# brakes are very weak...tried searching please help......



## tojr1088 (Feb 25, 2009)

i have a mk4 gti and am experiencing a loss of braking power......if i hit the brakes i can push the pedal down to the floor without too much effort....also if i slam them my car will barely go into abs....i have tried searching all over the place and this is what i have done so far
1.)replaced brake fluid with appropriate dot4 fluid and bled all lines in appropriate order as bently manual states.....
2.)checked pads all are worn evenly and all look next to new...
3.)rotors are all smooth
4.)no caliper slide pins are siezed at all.
5.)brake fluid is full
6.)the vacum booster is holding strong vacum and responds as it should
7.)i held the pedal down hard with the car off for a minute and the pedal didnt drop so i kno the master cylinder is not leaking and the brake fluid never goes ow so no leaks..
My brakes used to work much better and compared to my budies mk4 my brake pedal feels the same as his only his stops instantly and is very responsive even with a soft pedal.....just cant seem to figure this one out...
One thing i noticed is that my ebrake barely works and wont lock the tires at all so maybe the adjuster isnt set right by whoever did the pad change but if so can this mess up the entire braking system....any help is appreciated


----------



## germancarnut51 (Mar 23, 2008)

*Re: brakes are very weak...tried searching please help...... (tojr1088)*

Parking brake not working is going to affect the total brake performance of the car, as it shows that the rear brake pads are out of adjustment which means when you step on the brake pedal fluid is being to move the brake pads to contact with the rotors, instead of clamping the pads to the rotors to stop the car.
The front brakes are tied to the rear brake fluid flow wise. If the rear brakes are not working correctly, the front brakes won't either.
Get the parking brake problem fixed.
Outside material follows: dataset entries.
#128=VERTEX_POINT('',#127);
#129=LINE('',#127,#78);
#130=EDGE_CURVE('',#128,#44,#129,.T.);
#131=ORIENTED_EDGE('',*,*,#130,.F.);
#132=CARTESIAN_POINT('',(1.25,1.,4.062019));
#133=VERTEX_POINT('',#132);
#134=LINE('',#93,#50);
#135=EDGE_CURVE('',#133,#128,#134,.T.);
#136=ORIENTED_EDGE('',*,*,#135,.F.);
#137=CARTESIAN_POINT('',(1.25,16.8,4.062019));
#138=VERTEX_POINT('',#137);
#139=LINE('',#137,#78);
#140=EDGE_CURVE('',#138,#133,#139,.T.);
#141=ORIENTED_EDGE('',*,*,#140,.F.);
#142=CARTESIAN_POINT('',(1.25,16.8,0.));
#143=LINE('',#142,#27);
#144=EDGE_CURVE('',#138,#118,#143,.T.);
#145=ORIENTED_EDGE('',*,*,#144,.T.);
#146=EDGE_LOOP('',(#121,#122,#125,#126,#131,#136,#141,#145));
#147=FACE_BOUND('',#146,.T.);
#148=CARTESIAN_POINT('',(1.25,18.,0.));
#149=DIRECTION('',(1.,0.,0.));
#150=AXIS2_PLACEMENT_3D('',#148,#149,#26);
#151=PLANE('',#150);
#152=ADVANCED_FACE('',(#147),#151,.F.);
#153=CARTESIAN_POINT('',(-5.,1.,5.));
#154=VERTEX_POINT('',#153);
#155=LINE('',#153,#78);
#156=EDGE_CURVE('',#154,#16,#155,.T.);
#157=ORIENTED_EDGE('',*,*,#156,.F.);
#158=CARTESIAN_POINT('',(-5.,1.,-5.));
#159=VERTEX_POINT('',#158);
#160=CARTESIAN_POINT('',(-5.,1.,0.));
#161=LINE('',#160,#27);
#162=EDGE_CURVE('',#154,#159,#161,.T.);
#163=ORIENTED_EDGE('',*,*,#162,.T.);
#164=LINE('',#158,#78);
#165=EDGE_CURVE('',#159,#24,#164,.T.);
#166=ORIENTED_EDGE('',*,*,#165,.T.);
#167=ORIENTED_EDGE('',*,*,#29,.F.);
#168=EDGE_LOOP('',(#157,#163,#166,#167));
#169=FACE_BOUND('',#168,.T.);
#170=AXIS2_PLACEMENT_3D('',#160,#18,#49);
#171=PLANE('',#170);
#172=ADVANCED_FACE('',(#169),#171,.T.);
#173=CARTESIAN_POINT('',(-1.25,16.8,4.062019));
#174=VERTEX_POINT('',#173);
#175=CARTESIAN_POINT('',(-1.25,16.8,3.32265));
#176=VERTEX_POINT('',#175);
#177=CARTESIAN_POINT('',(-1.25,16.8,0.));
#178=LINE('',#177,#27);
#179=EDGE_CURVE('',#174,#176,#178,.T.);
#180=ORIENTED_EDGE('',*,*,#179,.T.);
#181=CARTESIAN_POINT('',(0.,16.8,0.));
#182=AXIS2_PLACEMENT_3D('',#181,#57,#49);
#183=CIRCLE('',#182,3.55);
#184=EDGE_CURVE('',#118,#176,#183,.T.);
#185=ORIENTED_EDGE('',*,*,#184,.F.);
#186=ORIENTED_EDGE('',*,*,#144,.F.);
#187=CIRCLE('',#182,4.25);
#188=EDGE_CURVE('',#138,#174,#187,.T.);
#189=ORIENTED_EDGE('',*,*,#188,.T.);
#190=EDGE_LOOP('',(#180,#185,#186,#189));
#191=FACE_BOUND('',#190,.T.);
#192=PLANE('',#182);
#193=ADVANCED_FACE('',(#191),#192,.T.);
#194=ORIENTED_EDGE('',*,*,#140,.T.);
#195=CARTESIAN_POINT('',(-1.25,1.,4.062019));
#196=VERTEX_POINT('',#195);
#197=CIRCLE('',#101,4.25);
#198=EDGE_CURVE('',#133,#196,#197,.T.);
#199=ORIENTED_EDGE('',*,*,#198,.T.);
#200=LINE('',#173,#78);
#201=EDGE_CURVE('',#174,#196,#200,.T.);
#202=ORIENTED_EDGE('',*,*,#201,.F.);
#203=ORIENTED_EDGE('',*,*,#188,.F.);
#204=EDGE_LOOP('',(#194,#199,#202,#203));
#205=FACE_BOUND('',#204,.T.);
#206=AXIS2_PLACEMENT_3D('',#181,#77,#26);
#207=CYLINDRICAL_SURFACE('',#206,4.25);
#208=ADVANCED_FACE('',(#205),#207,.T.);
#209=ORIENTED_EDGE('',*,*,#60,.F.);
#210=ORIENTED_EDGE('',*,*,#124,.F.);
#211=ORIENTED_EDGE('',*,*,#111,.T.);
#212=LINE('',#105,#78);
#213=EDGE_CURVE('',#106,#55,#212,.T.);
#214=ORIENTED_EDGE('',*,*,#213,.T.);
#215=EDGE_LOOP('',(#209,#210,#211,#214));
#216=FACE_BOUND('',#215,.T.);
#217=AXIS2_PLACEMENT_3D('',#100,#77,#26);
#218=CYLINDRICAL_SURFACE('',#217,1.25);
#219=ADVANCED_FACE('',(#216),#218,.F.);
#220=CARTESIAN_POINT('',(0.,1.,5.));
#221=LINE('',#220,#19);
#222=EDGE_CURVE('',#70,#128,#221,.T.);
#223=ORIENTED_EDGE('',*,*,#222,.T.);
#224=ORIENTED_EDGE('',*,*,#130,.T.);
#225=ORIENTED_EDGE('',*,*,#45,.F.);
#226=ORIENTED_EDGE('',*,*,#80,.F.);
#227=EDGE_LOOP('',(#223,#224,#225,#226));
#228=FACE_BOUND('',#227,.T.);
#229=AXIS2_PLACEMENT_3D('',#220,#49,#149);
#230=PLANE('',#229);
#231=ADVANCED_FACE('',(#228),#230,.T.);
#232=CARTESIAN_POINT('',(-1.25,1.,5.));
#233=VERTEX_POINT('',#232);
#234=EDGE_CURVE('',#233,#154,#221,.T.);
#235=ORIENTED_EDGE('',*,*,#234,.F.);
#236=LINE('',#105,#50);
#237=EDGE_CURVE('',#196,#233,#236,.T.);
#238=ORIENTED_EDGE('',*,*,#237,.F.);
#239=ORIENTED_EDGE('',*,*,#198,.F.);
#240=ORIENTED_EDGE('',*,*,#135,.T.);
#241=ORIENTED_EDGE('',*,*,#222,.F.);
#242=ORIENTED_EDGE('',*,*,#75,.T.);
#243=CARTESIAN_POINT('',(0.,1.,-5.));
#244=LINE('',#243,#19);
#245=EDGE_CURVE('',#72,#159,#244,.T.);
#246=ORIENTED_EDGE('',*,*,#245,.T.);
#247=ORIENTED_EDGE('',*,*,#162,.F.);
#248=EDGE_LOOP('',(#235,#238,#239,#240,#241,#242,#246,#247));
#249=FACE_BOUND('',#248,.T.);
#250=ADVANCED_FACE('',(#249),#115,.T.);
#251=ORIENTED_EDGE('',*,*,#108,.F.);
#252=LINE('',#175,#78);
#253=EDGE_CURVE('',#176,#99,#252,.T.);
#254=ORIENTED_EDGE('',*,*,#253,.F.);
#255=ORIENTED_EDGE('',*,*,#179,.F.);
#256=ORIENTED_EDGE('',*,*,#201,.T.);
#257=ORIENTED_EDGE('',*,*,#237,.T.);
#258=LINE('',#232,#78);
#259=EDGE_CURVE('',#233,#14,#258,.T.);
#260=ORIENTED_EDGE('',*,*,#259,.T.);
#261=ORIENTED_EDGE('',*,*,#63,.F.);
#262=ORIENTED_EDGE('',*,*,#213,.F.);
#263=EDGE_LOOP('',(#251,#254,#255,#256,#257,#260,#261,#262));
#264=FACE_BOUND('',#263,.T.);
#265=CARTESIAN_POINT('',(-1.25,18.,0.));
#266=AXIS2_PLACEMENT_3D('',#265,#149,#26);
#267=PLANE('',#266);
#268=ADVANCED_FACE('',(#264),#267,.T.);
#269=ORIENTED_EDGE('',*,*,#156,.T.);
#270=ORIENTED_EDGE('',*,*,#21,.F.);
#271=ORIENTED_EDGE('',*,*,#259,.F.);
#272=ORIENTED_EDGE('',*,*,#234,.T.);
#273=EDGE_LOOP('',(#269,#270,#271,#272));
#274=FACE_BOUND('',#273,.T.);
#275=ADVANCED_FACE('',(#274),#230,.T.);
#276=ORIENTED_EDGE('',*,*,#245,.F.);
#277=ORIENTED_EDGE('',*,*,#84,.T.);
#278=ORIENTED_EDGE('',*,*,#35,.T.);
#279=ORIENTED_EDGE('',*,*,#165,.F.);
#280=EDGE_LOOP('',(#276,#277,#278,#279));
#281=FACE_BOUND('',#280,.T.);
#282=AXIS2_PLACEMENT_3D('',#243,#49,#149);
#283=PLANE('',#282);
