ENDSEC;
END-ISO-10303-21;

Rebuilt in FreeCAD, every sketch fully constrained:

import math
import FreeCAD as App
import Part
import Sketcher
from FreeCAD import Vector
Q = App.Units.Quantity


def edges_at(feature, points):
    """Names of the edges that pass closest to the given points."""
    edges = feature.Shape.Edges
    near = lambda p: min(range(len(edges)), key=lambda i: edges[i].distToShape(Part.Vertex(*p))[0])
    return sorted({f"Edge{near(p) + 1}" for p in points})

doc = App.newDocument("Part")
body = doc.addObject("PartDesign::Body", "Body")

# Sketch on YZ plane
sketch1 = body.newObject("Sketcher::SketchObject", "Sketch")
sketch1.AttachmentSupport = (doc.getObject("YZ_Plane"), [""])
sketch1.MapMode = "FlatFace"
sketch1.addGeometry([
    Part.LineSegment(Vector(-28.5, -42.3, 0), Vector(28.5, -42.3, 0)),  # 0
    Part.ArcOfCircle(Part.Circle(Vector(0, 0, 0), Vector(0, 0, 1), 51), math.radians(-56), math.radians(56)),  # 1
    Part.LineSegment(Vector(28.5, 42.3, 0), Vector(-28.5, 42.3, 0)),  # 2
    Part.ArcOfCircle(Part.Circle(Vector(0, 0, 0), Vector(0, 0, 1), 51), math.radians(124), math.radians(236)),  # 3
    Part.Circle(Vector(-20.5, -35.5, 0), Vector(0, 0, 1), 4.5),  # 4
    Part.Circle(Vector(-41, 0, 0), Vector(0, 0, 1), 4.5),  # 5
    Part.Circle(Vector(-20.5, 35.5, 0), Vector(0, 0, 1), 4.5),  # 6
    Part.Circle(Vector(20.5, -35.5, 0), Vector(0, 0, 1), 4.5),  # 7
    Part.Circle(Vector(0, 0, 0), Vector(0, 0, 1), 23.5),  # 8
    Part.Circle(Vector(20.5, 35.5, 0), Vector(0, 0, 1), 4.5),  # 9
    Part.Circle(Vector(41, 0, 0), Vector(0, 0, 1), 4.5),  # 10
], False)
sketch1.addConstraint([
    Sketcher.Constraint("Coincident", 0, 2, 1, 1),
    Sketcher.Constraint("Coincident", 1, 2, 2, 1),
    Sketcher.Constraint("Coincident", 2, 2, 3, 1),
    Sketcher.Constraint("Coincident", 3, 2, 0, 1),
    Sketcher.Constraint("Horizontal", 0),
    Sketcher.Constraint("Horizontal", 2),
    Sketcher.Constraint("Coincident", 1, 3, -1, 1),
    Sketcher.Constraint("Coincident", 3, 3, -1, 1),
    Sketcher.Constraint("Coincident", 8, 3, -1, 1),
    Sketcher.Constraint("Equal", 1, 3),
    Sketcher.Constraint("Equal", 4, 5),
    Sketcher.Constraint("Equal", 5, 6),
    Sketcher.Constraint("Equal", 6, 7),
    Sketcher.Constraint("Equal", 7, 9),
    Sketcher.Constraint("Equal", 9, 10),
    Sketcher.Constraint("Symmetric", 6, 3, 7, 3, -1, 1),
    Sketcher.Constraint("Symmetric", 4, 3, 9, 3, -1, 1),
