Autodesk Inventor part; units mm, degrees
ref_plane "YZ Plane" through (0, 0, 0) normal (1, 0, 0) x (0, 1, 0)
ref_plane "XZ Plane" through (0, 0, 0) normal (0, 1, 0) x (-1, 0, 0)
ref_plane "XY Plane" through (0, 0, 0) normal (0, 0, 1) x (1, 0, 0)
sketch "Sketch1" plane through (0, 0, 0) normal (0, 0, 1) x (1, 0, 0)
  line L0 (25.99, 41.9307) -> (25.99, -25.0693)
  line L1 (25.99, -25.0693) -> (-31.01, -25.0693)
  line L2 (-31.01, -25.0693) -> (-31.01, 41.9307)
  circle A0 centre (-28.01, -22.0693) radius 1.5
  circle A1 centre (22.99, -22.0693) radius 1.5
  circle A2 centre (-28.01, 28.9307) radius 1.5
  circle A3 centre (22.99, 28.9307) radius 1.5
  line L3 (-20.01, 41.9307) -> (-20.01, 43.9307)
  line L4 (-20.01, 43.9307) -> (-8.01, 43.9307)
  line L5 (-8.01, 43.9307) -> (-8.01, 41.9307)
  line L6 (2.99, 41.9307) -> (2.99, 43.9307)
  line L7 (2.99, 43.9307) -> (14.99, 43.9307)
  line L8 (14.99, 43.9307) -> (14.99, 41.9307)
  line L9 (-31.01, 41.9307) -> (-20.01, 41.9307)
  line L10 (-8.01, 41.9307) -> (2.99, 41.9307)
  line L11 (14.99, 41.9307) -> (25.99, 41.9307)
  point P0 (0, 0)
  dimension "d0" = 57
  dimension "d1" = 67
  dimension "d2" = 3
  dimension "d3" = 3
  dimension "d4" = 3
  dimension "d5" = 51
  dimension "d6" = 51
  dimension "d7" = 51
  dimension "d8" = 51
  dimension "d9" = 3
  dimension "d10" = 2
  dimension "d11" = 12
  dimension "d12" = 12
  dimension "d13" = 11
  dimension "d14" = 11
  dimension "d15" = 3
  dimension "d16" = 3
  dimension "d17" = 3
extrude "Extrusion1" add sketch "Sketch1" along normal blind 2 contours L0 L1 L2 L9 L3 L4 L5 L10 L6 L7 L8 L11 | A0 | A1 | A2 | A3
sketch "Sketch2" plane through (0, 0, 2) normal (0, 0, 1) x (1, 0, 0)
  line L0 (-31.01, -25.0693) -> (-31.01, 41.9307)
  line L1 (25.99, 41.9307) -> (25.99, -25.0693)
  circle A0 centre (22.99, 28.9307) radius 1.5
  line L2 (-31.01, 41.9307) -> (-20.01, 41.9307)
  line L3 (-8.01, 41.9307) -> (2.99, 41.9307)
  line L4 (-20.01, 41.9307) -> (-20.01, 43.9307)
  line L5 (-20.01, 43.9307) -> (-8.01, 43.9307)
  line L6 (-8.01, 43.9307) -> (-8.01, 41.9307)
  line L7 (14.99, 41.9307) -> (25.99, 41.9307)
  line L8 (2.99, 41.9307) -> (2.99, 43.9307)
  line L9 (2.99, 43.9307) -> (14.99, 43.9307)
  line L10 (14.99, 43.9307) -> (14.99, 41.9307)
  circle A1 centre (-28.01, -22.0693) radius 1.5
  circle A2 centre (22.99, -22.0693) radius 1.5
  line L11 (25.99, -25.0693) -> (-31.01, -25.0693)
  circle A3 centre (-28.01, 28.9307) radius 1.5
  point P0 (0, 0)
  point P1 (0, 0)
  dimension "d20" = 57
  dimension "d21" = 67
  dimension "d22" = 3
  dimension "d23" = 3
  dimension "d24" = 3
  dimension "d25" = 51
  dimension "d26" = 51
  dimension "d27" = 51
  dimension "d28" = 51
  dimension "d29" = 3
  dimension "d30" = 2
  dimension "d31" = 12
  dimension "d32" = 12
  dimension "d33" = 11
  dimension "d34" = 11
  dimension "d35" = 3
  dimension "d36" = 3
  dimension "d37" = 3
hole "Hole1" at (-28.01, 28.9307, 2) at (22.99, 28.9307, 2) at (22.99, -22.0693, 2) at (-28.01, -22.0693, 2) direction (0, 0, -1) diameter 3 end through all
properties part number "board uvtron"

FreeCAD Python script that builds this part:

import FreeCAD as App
import Part
import Sketcher
Q = App.Units.Quantity

doc = App.newDocument("Part")
body = doc.addObject("PartDesign::Body", "Body")

# Sketch on XY plane
sketch1 = doc.addObject("Sketcher::SketchObject", "Sketch")
body.addObject(sketch1)
sketch1.AttachmentSupport = (doc.XY_Plane, [""])
sketch1.MapMode = "FlatFace"
sketch1.addGeometry([
    Part.LineSegment(App.Vector(26, -25.1, 0), App.Vector(26, 41.9, 0)),  # 0
    Part.LineSegment(App.Vector(26, 41.9, 0), App.Vector(15, 41.9, 0)),  # 1
    Part.LineSegment(App.Vector(15, 41.9, 0), App.Vector(15, 43.9, 0)),  # 2
    Part.LineSegment(App.Vector(15, 43.9, 0), App.Vector(3, 43.9, 0)),  # 3
    Part.LineSegment(App.Vector(3, 43.9, 0), App.Vector(3, 41.9, 0)),  # 4
    Part.LineSegment(App.Vector(3, 41.9, 0), App.Vector(-8, 41.9, 0)),  # 5
    Part.LineSegment(App.Vector(-8, 41.9, 0), App.Vector(-8, 43.9, 0)),  # 6
    Part.LineSegment(App.Vector(-8, 43.9, 0), App.Vector(-20, 43.9, 0)),  # 7
    Part.LineSegment(App.Vector(-20, 43.9, 0), App.Vector(-20, 41.9, 0)),  # 8
    Part.LineSegment(App.Vector(-20, 41.9, 0), App.Vector(-31, 41.9, 0)),  # 9
    Part.LineSegment(App.Vector(-31, 41.9, 0), App.Vector(-31, -25.1, 0)),  # 10
    Part.LineSegment(App.Vector(-31, -25.1, 0), App.Vector(26, -25.1, 0)),  # 11
], False)
sketch1.addConstraint([
    Sketcher.Constraint("Coincident", 0, 2, 1, 1),
    Sketcher.Constraint("Coincident", 1, 2, 2, 1),
    Sketcher.Constraint("Coincident", 2, 2, 3, 1),
    Sketcher.Constraint("Coincident", 3, 2, 4, 1),
    Sketcher.Constraint("Coincident", 4, 2, 5, 1),
    Sketcher.Constraint("Coincident", 5, 2, 6, 1),
    Sketcher.Constraint("Coincident", 6, 2, 7, 1),
    Sketcher.Constraint("Coincident", 7, 2, 8, 1),
    Sketcher.Constraint("Coincident", 8, 2, 9, 1),
    Sketcher.Constraint("Coincident", 9, 2, 10, 1),
    Sketcher.Constraint("Coincident", 10, 2, 11, 1),
    Sketcher.Constraint("Coincident", 11, 2, 0, 1),
    Sketcher.Constraint("Vertical", 0),
    Sketcher.Constraint("Horizontal", 1),
    Sketcher.Constraint("Vertical", 2),
    Sketcher.Constraint("Horizontal", 3),
    Sketcher.Constraint("Vertical", 4),
    Sketcher.Constraint("Horizontal", 5),
    Sketcher.Constraint("Vertical", 6),
    Sketcher.Constraint("Horizontal", 7),
    Sketcher.Constraint("Vertical", 8),
    Sketcher.Constraint("Horizontal", 9),
    Sketcher.Constraint("Vertical", 10),
    Sketcher.Constraint("Horizontal", 11),
    Sketcher.Constraint("Horizontal", 1, 2, 4, 2),
    Sketcher.Constraint("Horizontal", 3, 2, 6, 2),
    Sketcher.Constraint("Horizontal", 5, 2, 8, 2),
    Sketcher.Constraint("Equal", 1, 5),
    Sketcher.Constraint("Equal", 3, 7),
    Sketcher.Constraint("Equal", 5, 9),
    Sketcher.Constraint("DistanceX", 1, 2, 1, 1, Q("11 mm")),
    Sketcher.Constraint("DistanceX", 3, 2, 3, 1, Q("12 mm")),
    Sketcher.Constraint("DistanceY", 0, 1, 0, 2, Q("67 mm")),
    Sketcher.Constraint("DistanceY", 2, 1, 2, 2, Q("2 mm")),
    Sketcher.Constraint("DistanceX", -1, 1, 0, 2, Q("25.99 mm")),
    Sketcher.Constraint("DistanceY", -1, 1, 0, 2, Q("41.9307 mm")),
])
pad1 = doc.addObject("PartDesign::Pad", "Pad")
body.addObject(pad1)
pad1.Profile = sketch1
pad1.Length = 2

# Sketch on XY plane
sketch2 = doc.addObject("Sketcher::SketchObject", "Sketch001")
body.addObject(sketch2)
sketch2.AttachmentSupport = (doc.XY_Plane, [""])
sketch2.MapMode = "FlatFace"
sketch2.AttachmentOffset = App.Placement(App.Vector(0, 0, 2), App.Rotation())
sketch2.addGeometry([
    Part.Circle(App.Vector(-28, 28.9, 0), App.Vector(0, 0, 1), 1.5),
    Part.Circle(App.Vector(23, 28.9, 0), App.Vector(0, 0, 1), 1.5),
    Part.Circle(App.Vector(23, -22.1, 0), App.Vector(0, 0, 1), 1.5),
    Part.Circle(App.Vector(-28, -22.1, 0), App.Vector(0, 0, 1), 1.5),
], False)
sketch2.addConstraint([
    Sketcher.Constraint("Equal", 0, 1),
    Sketcher.Constraint("Equal", 1, 2),
    Sketcher.Constraint("Equal", 2, 3),
    Sketcher.Constraint("Horizontal", 0, 3, 1, 3),
    Sketcher.Constraint("Horizontal", 2, 3, 3, 3),
    Sketcher.Constraint("Vertical", 1, 3, 2, 3),
    Sketcher.Constraint("Vertical", 0, 3, 3, 3),
    Sketcher.Constraint("Diameter", 0, Q("3 mm")),
    Sketcher.Constraint("DistanceX", 0, 3, 1, 3, Q("51 mm")),
    Sketcher.Constraint("DistanceY", 2, 3, 1, 3, Q("51 mm")),
    Sketcher.Constraint("DistanceX", 0, 3, -1, 1, Q("28.01 mm")),
    Sketcher.Constraint("DistanceY", -1, 1, 0, 3, Q("28.9307 mm")),
])
doc.recompute()
hole = doc.addObject("PartDesign::Hole", "Hole")
body.addObject(hole)
hole.Profile = sketch2
hole.ThreadType = "None"
hole.Diameter = 3
hole.DepthType = "ThroughAll"

doc.recompute()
It's going to take adjustement, and/or replacement parking brake cables (if they are seized), and/or replacement rear brake calipers (if the parking brake cables are good, and the rear brake pad clearance is adjusted properly, but the parking brake does not engage on the calipers when the parking brake handle is pulled).


----------



## tojr1088 (Feb 25, 2009)

*Re: brakes are very weak...tried searching please help...... (germancarnut51)*

thank u for the instant response.....yes i have a feeling whoever did the rears must have not properly pressed in the pistons on the rear messing up the self adjustment....i will try to readjust or reset it btu my parking break works just has alot of free play and doesnt grab very well....will take a look...any other insight is appreciated


----------



## tojr1088 (Feb 25, 2009)

*Re: brakes are very weak...tried searching please help...... (tojr1088)*

ok so i just re bled the brakes but this time used a power bleeder from motive products.....a little better sort of but the ebrake still barely locks the tires even in rain.....i checked the rear brakes and the pads are nice and snug and i dont think the adjuster is out of wack maybe my ebarke cables are just losse....but do you think my smushy feeling is potentially from poor quality pads....my friends mk4 requires about 1/3 less of pedal movement to do the same braking as my car......


----------



## Das Borgen (Sep 10, 2008)

*Re: brakes are very weak...tried searching please help...... (tojr1088)*

replace ur ebrake cables
they have a tendency to rust out on the mk3...might be same on the mk4
in any case, it s actually quite an easy job to do
lift car and support on stands
remove wheels
unhook parking brake cables from caliper
unhook cable from inside cabin
feed new cable through guide tubes (recommend replacing those also)
repeat for other side

read here for how to adjust on mk3 (must be very similar to mk4)
http://faculty.ccp.edu/faculty...x.htm

http://www.germanautoparts.com...ke/40


----------



## waabaah (Jun 24, 2006)

*Re: brakes are very weak...tried searching please help...... (Das Borgen)*

you probably haver air in the system. dotn get me wrong as a bad self adjusted caliper can lead to a soft pedal but most of the time when you get new pads, new rotors, that rear caliper position is all the way maxxed anyhow and maybe just one or two positions left.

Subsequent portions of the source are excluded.